— REQUIREMENT —
Please repeat the lines below, exactly and only, from the one that holds "solid = f1.part" through the one that holds "The same part".

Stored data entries
....
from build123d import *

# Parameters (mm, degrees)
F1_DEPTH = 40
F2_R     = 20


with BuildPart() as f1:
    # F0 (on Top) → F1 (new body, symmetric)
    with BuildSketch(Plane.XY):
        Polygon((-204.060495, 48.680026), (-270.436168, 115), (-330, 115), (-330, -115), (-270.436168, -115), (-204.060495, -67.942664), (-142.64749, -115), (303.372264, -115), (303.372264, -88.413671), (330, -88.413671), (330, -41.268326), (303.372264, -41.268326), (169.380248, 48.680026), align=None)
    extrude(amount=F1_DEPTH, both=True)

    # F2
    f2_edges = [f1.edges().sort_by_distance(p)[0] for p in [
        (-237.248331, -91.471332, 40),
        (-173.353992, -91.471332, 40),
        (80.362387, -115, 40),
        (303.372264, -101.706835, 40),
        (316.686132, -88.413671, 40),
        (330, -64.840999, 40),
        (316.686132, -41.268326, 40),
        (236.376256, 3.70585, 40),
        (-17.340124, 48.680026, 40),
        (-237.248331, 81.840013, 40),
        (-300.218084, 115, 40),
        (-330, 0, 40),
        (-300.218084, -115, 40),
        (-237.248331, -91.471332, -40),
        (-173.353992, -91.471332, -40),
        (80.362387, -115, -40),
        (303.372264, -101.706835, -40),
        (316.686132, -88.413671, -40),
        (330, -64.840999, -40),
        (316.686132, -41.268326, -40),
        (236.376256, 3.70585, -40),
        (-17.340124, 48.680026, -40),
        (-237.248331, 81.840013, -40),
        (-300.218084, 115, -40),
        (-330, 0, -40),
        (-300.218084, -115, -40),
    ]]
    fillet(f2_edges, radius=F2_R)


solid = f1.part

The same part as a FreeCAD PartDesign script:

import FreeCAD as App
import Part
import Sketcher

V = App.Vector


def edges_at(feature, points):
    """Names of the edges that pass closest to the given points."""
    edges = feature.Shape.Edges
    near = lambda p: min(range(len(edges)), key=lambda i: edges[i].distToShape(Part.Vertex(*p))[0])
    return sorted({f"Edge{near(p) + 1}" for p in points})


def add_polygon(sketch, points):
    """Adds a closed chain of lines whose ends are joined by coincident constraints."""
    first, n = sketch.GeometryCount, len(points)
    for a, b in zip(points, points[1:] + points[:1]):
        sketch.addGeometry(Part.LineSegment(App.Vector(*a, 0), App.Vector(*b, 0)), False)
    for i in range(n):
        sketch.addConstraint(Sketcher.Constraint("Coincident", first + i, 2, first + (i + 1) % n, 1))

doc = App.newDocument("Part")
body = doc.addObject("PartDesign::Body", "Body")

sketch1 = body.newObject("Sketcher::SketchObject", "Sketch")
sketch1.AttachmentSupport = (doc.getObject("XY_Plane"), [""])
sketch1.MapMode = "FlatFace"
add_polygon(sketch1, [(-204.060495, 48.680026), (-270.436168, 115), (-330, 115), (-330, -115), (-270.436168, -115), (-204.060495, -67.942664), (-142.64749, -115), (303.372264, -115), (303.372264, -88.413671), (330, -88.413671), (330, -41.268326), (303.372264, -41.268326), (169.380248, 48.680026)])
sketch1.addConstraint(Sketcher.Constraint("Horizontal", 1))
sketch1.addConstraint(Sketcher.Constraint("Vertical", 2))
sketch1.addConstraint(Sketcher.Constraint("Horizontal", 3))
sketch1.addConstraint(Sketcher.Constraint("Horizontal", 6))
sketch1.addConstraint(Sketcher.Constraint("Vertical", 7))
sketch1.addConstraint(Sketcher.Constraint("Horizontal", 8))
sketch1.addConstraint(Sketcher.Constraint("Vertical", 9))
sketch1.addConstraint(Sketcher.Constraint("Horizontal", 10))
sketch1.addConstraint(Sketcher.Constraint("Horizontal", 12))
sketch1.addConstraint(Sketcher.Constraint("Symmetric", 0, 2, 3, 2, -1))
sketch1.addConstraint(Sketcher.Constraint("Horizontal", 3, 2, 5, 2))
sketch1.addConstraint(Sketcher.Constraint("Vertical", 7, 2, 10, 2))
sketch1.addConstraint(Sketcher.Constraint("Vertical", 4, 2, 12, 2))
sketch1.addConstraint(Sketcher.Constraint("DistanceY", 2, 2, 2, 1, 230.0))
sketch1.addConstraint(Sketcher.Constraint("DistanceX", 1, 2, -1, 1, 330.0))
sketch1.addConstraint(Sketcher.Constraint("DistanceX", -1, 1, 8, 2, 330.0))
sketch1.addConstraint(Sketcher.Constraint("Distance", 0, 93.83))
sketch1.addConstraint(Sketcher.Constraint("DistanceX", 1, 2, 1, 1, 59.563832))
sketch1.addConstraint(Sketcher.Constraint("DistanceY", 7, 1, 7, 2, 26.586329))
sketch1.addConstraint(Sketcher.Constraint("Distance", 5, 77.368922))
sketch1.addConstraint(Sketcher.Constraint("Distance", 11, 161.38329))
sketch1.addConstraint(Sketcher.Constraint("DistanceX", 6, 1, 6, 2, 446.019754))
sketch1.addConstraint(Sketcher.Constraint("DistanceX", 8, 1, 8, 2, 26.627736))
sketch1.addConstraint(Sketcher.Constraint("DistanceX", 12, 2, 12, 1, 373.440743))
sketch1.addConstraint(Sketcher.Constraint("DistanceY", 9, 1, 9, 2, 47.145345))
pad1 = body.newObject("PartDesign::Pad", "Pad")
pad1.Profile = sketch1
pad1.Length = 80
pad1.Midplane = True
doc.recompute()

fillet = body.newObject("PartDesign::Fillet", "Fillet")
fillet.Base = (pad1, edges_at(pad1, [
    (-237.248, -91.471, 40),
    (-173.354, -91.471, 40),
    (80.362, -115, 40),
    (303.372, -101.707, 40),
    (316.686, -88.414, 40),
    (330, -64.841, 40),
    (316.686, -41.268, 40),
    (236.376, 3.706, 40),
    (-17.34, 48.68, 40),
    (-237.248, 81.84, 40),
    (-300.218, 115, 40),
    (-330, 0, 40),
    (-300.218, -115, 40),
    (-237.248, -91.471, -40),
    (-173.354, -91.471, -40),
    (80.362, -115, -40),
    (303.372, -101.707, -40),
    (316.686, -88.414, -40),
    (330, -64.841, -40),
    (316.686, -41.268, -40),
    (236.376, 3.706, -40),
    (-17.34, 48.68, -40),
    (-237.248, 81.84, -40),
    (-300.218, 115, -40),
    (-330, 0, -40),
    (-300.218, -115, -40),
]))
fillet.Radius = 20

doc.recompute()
....
— RESULT FOR THIS EXERCISE —
solid = f1.part

The same part as a FreeCAD PartDesign script:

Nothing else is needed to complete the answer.